If you’re not A/B testing, you’re missing out. If you still don’t have methods for introducing variations and tracking the result on subsequent conversions, this article isn’t for you. I’m talking to the people the already A/B test, and especially those that A/B test a lot. If you subscribe to WhichTestWon.com, you’re the one I’m talking to. Cluster testing is next step in testing and CRO for those who are looking at diminishing returns from standard methods of CRO.
What is cluster testing?
A/B testing is great, but if you’re not cluster testing you’ll miss out. Cluster testing is the idea that positive changes in one section of a webpage/email/form/etc. might be good, but could be better if they are also accompanies by a change in another part. In the graphic below, if we are trying to optimize the newsletter signup flow, there are 3 obvious sections that jump out for testing: the copy of the header, the copy of the sub-header, and the button copy.
I might be interested in testing the difference between “Signup” and “Subscribe” for button CTA, but if I just test the button CTA for “Signup” vs “Subscribe” and the header copy for “Signup” vs “Subscribe” independently of one another, I may be missing out on potential lift by doing both actions concurrently. Having the header match the button CTA actually turns out to be more effective in causing conversion lift that simply picking the right word. In this particular test, switching either the header or button CTA to Signup from Subscribe (it used to be subscribe) resulted in a ~1.5% lift in CTA. It would be logical, therefore, to assume that the combination of the two would result in a lift somewhat less (but close to) 3% lift, however, in practice, both being “Signup” resulted in a ~4.5% lift: The combined gains were more than the incremental gains.
What does this mean?
Potential customers respond to your overall message, not just parts of it. Thus, changes to copy that aren’t done in isolation from other changes can often result in a lift or drop isn’t the sum of the parts if you tested independently. Think about it: If you were trying to test the best color for text in a header that was 15 characters long, would changing the color of one letter at a time and running 15 different test yield the same result as if you combined all those letter-color-change tests into one test and changed the whole header color? Thats extremely unlikely.

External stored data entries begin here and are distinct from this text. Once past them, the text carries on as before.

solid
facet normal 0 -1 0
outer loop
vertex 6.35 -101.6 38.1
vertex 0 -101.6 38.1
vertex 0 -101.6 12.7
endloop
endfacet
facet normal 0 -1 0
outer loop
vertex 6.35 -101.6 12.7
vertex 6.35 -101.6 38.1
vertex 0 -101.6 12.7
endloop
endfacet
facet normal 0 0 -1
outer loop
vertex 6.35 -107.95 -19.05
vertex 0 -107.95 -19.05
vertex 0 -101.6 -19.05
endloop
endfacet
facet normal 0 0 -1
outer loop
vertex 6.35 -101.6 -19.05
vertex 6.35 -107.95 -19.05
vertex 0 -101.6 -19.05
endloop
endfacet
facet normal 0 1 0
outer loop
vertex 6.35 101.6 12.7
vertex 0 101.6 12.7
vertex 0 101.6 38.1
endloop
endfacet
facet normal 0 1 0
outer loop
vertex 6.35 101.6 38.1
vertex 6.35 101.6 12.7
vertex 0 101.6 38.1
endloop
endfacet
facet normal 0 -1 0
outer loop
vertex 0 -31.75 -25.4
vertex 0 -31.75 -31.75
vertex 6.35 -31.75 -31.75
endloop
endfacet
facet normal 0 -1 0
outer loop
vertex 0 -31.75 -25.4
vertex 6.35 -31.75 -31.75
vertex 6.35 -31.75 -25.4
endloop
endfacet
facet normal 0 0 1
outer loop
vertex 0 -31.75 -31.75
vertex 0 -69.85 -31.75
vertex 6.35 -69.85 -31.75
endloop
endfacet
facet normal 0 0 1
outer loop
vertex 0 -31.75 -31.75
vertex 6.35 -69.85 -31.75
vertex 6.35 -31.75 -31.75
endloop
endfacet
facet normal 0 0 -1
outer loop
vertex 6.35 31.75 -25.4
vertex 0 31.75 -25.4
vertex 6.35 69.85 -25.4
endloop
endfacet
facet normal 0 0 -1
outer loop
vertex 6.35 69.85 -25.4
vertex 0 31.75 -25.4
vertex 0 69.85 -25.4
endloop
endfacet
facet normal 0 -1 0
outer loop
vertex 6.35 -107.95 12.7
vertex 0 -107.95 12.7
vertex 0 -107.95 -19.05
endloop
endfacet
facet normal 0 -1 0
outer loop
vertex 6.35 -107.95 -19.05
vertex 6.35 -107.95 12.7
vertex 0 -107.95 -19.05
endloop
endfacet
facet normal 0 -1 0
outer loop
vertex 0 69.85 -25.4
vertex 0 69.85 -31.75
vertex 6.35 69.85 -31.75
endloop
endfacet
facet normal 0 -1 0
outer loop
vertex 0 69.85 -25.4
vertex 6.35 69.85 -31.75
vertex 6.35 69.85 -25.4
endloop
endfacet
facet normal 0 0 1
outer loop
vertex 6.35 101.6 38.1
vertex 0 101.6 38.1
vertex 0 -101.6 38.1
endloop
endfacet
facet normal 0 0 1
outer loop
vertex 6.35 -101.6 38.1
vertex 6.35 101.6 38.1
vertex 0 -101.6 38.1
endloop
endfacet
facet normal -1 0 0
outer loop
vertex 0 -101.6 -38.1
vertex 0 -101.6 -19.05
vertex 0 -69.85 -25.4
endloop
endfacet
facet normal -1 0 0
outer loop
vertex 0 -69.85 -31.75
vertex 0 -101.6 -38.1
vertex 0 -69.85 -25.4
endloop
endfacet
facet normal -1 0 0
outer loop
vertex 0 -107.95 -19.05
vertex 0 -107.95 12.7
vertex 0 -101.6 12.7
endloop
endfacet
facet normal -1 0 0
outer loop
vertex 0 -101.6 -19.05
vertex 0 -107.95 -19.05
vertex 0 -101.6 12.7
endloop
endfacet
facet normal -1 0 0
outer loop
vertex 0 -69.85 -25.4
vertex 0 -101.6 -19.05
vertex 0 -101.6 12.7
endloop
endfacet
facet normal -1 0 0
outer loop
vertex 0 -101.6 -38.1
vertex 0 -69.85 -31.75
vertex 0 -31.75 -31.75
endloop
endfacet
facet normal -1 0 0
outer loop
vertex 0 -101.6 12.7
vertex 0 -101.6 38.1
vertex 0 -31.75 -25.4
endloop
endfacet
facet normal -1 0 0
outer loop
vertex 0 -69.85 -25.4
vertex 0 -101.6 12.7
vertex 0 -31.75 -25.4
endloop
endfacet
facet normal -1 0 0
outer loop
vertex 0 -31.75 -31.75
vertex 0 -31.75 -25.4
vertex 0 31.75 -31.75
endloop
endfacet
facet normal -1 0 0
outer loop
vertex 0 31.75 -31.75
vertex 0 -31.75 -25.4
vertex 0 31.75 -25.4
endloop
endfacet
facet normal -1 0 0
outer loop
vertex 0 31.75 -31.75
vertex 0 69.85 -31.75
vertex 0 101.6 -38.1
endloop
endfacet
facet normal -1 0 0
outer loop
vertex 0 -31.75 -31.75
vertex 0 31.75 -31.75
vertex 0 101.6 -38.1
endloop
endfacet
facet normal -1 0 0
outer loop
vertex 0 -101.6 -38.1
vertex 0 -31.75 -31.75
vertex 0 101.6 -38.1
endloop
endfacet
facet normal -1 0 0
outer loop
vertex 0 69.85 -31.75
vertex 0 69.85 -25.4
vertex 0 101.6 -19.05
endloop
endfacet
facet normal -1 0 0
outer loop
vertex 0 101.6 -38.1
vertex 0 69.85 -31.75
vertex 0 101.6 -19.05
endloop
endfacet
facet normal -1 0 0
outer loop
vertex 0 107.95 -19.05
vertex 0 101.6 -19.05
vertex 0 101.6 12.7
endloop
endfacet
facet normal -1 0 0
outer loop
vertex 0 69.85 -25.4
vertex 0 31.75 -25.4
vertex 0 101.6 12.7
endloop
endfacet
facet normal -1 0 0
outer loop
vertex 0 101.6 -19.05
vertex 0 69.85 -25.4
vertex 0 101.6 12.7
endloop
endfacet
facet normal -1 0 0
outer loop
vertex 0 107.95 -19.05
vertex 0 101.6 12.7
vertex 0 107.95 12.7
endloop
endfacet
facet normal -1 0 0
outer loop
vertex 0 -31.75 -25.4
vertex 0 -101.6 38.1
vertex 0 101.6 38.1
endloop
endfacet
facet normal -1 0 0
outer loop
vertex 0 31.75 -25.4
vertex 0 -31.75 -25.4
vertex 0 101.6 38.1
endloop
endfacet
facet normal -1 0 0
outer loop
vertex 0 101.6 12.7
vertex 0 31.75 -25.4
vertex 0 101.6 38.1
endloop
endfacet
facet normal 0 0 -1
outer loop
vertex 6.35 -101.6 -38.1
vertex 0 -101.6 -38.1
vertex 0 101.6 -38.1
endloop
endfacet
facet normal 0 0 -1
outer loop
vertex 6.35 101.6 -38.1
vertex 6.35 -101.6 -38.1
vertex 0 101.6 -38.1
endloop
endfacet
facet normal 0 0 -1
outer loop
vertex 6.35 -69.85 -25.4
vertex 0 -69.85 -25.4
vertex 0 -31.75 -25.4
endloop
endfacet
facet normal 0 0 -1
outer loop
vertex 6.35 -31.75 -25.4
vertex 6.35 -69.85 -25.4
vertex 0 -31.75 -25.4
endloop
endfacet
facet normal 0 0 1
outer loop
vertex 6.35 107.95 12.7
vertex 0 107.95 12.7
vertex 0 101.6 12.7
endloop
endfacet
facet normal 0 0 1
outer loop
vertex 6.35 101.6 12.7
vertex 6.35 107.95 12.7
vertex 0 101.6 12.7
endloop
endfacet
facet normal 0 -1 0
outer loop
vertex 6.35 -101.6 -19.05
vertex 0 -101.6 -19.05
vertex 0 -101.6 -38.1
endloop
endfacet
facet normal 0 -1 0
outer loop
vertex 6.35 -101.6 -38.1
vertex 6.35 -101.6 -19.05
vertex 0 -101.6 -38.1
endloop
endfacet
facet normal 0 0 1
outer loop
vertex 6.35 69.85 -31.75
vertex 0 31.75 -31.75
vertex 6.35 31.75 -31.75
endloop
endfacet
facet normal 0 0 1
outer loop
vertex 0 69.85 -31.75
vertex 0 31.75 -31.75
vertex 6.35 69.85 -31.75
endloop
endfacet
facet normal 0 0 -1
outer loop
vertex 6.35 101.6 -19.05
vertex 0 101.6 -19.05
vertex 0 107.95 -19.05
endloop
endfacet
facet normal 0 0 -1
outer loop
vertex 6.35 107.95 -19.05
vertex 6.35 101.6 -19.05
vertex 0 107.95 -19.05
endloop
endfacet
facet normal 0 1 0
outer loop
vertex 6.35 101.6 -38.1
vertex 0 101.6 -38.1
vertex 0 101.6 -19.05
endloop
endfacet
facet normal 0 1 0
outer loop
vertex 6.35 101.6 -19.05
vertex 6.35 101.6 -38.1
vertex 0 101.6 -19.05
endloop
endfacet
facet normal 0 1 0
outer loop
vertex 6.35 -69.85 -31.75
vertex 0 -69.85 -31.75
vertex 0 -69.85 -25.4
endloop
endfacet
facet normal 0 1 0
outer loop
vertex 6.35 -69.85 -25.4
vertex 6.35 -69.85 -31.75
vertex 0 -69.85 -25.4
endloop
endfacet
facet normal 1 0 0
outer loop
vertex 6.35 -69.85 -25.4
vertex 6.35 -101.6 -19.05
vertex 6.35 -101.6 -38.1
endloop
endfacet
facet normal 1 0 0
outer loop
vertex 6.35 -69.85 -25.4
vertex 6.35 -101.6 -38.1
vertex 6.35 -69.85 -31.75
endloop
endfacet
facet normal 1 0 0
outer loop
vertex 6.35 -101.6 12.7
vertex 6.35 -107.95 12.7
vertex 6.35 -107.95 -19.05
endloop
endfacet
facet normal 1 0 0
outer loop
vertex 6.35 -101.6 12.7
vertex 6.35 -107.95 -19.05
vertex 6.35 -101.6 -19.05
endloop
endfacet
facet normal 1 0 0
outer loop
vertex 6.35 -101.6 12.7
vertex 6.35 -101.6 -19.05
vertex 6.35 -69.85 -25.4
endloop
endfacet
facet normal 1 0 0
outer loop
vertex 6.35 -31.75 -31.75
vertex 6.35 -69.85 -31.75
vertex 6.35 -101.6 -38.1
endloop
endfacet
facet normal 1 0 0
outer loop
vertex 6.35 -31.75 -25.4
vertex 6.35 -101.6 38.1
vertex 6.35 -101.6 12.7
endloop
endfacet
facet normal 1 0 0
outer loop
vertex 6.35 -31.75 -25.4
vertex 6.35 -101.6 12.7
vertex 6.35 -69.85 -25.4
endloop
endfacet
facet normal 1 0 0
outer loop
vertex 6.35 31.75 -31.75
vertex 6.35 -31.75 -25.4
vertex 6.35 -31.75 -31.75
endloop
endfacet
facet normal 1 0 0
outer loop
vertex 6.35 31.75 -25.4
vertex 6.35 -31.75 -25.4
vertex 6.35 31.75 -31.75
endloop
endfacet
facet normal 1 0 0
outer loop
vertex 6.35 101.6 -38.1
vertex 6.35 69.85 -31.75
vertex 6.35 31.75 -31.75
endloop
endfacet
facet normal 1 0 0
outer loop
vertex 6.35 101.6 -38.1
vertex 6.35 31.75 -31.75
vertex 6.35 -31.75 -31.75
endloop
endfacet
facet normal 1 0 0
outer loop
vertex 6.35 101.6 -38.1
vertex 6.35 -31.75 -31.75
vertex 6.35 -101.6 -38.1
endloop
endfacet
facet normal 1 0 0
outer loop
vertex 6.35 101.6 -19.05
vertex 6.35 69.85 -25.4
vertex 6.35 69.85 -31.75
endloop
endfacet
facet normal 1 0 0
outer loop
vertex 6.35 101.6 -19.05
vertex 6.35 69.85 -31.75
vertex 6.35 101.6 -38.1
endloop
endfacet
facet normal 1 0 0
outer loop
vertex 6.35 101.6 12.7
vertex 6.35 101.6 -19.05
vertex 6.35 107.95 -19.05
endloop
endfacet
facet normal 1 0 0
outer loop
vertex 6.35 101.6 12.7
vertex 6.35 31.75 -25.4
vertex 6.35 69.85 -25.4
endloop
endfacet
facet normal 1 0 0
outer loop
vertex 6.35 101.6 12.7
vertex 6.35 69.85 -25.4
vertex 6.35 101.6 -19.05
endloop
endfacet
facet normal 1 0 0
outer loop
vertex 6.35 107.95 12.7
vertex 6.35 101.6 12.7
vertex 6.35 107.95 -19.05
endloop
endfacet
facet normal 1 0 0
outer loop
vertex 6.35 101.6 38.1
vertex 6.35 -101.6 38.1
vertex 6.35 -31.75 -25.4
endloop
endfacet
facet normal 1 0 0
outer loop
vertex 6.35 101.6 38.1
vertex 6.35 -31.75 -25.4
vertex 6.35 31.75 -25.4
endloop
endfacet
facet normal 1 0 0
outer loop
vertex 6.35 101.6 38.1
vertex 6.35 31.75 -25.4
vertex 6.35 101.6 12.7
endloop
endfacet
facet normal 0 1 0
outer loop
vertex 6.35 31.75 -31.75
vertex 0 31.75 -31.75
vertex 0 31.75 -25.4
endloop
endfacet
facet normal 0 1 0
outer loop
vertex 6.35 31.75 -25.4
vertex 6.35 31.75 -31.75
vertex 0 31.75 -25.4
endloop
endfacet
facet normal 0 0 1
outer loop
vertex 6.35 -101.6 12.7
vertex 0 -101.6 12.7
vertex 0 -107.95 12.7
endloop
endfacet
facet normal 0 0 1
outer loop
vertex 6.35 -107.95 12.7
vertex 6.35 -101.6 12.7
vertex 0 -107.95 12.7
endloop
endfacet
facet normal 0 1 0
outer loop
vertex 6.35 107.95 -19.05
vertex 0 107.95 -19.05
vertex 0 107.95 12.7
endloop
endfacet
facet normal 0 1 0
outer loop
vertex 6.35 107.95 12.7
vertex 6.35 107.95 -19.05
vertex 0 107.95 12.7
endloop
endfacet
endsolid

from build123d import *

# Parameters (mm, degrees)
F0_W     = 38.1
F0_H     = 6.35
F1_DEPTH = 6.35


with BuildPart() as f1:
    # F0 (on Right) → F1 (new body)
    with BuildSketch(Plane.YZ):
        Polygon((101.6, 38.1), (-101.6, 38.1), (-101.6, 12.7), (-107.95, 12.7), (-107.95, -19.05), (-101.6, -19.05), (-101.6, -38.1), (101.6, -38.1), (101.6, -19.05), (107.95, -19.05), (107.95, 12.7), (101.6, 12.7), align=None)
        with Locations((-50.8, -28.575)):
            Rectangle(F0_W, F0_H, mode=Mode.SUBTRACT)
        with Locations((50.8, -28.575)):
            Rectangle(F0_W, F0_H, mode=Mode.SUBTRACT)
    extrude(amount=F1_DEPTH)


solid = f1.part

So, given that it makes sense we do tests in clusters (changing the entire background color, not one pixel at a time) why do we so often run tests that are independent of other content changes? Because statistical significance. The reality is that for each possible combination of factors, you need to reach a conversion rate that is statistically significant all on its on, and each possible combination dilutes the size of the test group, and each variation increased the need for more test groups.
For example, just doing a header/copy cluster analysis with 3 variations of each, would require you to hit statistical significance with 16 clusters. Running the header and copy A/B/C/D tests separately would require reaching statistical significance only 8 times; so assuming same number of leads and CTA conversion that was close, it would take over twice as long to do a simple test as cluster analysis as opposed to standard separate testing.
Why bother then?
Cluster testing can show some interesting results that will never appear in separated testing. Cluster testing is going to show you what happens when you make changes in the wild, while separated testing is more like reproducing results in a laboratory devoid of actual world interactions. Cluster testing is ultimately going to more accurately reflect bottom-line long-term affects of the testing. It will often point changes in the same direction that separated testing will- but not always. Sometimes marketers may find that doing changes in pairs or groups actually results in a positive result, while making the changes individually didn’t results in as positive a result (or even resulted in a negative change).
For example, in the above Header/CTA Copy test, just A/B testing separately would show that the best results would be had with header copy “Newsletter Signup” and button CTA “Signup”, since when you run the header “Newsletter Signup” with the 3 possible button CTAs, the winner is “Signup”, and when you run the button CTA “Signup” the header copy that performs the best is “Newsletter Signup”. But, as you can user, users were responding to a disconnect between the wording “subscribe” and “signup” and running a 9-cluster test actually showed that. The best performers were when the working matched between the two, and that the combination of changing both the header and button CTA together resulted in a CTA of 1.69%, rather than the best you could get by separate testing at 1.48%.
When to do cluster testing?
While it would be amazing to run all your A/B test through a full cluster analysis, unless you have a near infinite sample group, it will be impossible. The number of clusters needed increased according to the power of the number of elements you are testing, so even the most trafficked site will be able to at best cluster test 4 or 5 elements together.
Separate testing can actually give you clues as to what to test. If doing standard separate testing on on text color shows high levels of variation, while changes to font show lower levels of variation, then color would be a factor to choose over font when choosing your clusters. Look at some of the bigger factors affecting conversion and begin introducing those into a cluster testing group.
Ultimately, it’s an art backed up by science. There isn’t one “true” way of doing cluster analysis that is going to get you your highest CRO. Knowledge of the industry you’re testing for helps, statistical intuition helps, and there is no replacement for good old fashioned experience. Cluster analysis isn’t something for everyone- but if you’ve maximized the results from standard separated testing, it may be the next step to bump up your conversion rate even further.